Press didn’t sway case, says Yale

‘Management review’ led to removal of academic who harassed researcher

March 12, 2015

Yale University has denied increasing the punishment for a senior academic convicted of sexual harassment as a result of critical coverage in a US newspaper.

Michael Simons was head of cardiovascular medicine at Yale and director of Yale Cardiovascular Research Center. He was also pivotal in establishing its collaboration with University College London and is currently a visiting British Heart Foundation professor at UCL.

In 2013 he was convicted by Yale’s University-Wide Committee on Sexual Misconduct of sexually harassing Annarita Di Lorenzo, a postdoctoral researcher in a different School of Medicine department to whom he had unsuccessfully declared his love. He was also criticised for “exercising improper leadership and compromised decision-making” over Frank Giordano, an associate professor in his department, who Dr Di Lorenzo had begun dating and to whom she is now married.

The panel recommended that Professor Simons be suspended as head of cardiovascular medicine for five years, but Yale provost Benjamin Polak reduced it to 18 months.

On 1 November last year, a New York Times article claimed that the case had “led to new allegations that the university is insensitive to instances of [sexual] harassment”.

Yale, like other US universities, has been dogged by such allegations for several years, and the newspaper said it had interviewed 18 faculty members upset by the supposed leniency shown to Professor Simons.

Shortly before the article’s publication, Professor Simons said that he would not return as chief of cardiology, but he told Times Higher Education there remained a “firm understanding” that he would remain as director of the research centre. However, on 14 November, The New York Times reported that he had been “removed” as director.

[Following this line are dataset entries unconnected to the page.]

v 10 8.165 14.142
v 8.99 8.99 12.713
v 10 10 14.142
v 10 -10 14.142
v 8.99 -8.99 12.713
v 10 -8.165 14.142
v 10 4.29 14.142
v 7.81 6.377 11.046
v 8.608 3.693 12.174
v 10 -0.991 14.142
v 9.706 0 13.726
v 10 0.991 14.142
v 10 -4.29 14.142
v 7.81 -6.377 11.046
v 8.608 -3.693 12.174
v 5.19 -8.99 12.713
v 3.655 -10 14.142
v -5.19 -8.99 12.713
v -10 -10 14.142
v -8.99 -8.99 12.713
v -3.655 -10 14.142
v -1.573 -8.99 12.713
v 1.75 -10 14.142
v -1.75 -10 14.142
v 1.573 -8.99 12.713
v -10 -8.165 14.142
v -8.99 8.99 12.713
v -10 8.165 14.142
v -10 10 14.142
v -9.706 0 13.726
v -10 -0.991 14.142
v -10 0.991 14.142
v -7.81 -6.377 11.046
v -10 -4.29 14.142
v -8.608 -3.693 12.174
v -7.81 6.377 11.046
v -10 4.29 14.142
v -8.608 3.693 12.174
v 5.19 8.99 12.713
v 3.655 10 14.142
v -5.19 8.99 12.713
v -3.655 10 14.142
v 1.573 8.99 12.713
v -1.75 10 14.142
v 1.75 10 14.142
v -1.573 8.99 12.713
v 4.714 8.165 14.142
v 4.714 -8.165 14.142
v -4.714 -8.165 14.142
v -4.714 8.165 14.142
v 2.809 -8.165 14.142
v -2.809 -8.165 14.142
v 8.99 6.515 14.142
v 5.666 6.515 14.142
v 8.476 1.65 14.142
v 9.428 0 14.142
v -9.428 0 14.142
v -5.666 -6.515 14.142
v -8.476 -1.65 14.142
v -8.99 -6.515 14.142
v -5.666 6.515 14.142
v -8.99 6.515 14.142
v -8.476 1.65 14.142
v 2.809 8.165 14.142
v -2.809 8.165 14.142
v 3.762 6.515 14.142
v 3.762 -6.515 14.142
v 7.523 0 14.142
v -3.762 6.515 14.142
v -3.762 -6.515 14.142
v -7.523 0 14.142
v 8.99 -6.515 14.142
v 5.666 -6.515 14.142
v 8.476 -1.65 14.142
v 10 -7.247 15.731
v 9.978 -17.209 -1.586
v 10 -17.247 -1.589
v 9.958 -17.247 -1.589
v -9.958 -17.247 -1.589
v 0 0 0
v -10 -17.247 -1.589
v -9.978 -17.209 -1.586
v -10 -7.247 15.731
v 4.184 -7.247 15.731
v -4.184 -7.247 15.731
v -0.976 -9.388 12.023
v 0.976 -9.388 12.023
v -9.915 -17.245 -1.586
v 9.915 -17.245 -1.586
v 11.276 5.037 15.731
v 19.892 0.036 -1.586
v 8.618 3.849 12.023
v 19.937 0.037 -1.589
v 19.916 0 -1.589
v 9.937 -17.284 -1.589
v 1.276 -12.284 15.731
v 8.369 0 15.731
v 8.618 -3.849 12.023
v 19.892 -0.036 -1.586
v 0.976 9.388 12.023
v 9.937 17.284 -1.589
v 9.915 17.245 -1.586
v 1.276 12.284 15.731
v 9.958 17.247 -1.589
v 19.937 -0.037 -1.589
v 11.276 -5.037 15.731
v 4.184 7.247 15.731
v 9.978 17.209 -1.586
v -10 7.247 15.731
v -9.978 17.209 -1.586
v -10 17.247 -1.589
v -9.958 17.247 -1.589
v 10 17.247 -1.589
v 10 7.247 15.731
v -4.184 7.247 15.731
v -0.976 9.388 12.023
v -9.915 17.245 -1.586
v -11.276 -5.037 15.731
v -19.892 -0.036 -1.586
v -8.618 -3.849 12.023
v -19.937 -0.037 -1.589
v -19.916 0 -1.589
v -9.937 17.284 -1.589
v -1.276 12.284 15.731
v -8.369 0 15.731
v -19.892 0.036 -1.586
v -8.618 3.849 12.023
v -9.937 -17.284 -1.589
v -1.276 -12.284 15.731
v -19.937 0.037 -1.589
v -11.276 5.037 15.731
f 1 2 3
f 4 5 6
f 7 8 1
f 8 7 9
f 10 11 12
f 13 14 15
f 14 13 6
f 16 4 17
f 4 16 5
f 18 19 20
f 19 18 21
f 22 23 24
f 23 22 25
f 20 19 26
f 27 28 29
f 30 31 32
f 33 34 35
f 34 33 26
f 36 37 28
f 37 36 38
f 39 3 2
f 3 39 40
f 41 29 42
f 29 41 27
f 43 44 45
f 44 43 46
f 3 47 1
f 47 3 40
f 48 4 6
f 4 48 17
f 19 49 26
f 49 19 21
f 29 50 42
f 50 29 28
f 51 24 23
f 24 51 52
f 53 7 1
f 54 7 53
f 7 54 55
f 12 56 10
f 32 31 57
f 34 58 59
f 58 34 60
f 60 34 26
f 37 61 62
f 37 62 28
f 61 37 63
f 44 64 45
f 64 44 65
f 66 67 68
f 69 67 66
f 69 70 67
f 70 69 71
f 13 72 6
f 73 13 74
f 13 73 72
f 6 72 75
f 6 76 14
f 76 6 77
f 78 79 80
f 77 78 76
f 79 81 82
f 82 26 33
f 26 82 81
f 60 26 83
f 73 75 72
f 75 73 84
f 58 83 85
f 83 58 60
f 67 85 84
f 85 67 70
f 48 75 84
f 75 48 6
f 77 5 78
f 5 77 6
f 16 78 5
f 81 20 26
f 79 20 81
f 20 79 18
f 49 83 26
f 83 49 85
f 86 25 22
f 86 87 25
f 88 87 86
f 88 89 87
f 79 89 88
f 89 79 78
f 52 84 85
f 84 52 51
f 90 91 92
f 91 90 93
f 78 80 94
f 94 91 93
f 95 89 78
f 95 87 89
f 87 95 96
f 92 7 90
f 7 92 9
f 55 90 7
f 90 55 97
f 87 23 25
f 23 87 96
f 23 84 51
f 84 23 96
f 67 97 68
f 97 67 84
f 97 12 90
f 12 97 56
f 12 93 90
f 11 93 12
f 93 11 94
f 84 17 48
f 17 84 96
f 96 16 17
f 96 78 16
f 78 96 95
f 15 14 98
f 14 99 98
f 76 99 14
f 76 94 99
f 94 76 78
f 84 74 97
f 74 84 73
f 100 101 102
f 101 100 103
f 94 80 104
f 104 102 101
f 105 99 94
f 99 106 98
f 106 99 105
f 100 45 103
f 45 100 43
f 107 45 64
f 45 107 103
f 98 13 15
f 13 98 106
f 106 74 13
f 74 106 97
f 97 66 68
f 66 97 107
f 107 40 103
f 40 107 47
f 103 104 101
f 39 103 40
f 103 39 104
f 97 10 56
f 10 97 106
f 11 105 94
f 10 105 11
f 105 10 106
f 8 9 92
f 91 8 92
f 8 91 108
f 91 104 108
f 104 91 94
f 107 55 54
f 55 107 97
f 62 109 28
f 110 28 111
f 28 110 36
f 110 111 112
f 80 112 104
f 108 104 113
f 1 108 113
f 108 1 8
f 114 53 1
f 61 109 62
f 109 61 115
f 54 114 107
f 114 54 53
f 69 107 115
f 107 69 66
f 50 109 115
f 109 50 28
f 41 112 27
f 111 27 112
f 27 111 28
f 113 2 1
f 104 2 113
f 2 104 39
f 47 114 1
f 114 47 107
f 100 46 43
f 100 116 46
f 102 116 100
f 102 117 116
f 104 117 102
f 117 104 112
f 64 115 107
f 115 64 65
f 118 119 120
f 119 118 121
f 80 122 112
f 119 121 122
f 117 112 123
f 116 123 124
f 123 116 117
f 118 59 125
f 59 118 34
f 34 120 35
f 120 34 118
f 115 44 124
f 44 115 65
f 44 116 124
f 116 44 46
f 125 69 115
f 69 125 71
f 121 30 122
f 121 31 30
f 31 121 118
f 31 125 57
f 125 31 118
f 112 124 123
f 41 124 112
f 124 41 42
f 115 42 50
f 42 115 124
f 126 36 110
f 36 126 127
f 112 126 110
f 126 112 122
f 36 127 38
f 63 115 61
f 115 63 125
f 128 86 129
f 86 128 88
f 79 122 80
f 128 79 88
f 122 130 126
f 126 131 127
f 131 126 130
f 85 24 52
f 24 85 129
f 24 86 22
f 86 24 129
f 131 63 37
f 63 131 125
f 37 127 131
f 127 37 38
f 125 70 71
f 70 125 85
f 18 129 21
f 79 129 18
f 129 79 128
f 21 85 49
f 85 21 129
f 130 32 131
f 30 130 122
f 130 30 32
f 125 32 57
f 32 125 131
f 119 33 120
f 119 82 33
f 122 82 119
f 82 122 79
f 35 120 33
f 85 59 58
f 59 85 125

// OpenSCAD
 
 module vl53l7(alpha=0, beta=0, c="red"){
     rotate([alpha,0,beta]){
 color (c, alpha=0.3) polyhedron(
  points=[ [10,10,sqrt(200)],[10,-10,sqrt(200)],[-10,-10,sqrt(200)],[-10,10,sqrt(200)], // the four points at base
           [0,0,0]  ],                                 // the apex point 
  faces=[ [0,1,4],[1,2,4],[2,3,4],[3,0,4],              // each triangle side
              [1,0,3],[2,1,3] ]                         // two triangles for square base
 );

 }
 }
 
 vl53l7(0,0, "yellow");
 vl53l7(60,0, "red");
 vl53l7(60,60, "green");
 vl53l7(60,120, "blue");
 vl53l7(60,180, "red");
 vl53l7(60,240, "green");
 vl53l7(60,300,"blue");
 color("black", alpha=0.1) circle(20);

A Yale spokesman told the paper that this was due to a previously completed “independent management review”. Professor Simons told THE that he had been told the real reason was to prevent any more negative articles, but a Yale spokesman reiterated that the decision “was not influenced by, or made in response to, media coverage of the School of Medicine or Professor Simons”.

Professor Simons denied mistreating Dr Di Lorenzo or Dr Giordano. Rejecting the former’s claim that his treatment drove her out of Yale in 2011, he said that his letter of recommendation, seen by THE, helped her to move to a permanent assistant professorship at Cornell University.

“Many” female colleagues wrote supportive letters to Yale and the newspapers, he said, but only one was published – by Yale Daily News.

“The whole episode is an example of mass hysteria at a time when the US is awash with sexual paranoia on campuses,” he said. He noted that 16 members of the University of Pennsylvania’s law faculty wrote an open letter last month warning that US universities were adopting “procedures that do not afford fundamental fairness” to those accused of sexual misconduct.

John Martin, professor of cardiovascular medicine at UCL, said: “It will require institutional wisdom and courage if the effects of the polemic and irresponsible New York Times article are not to impede the socially important research of one of the world’s best vascular biologists.”

Dr Giordano denied that he and his wife had initiated the newspaper investigation. However, he believed that it had “resulted in a just decision that should have been the outcome without whatever influence the article may or may not have had”.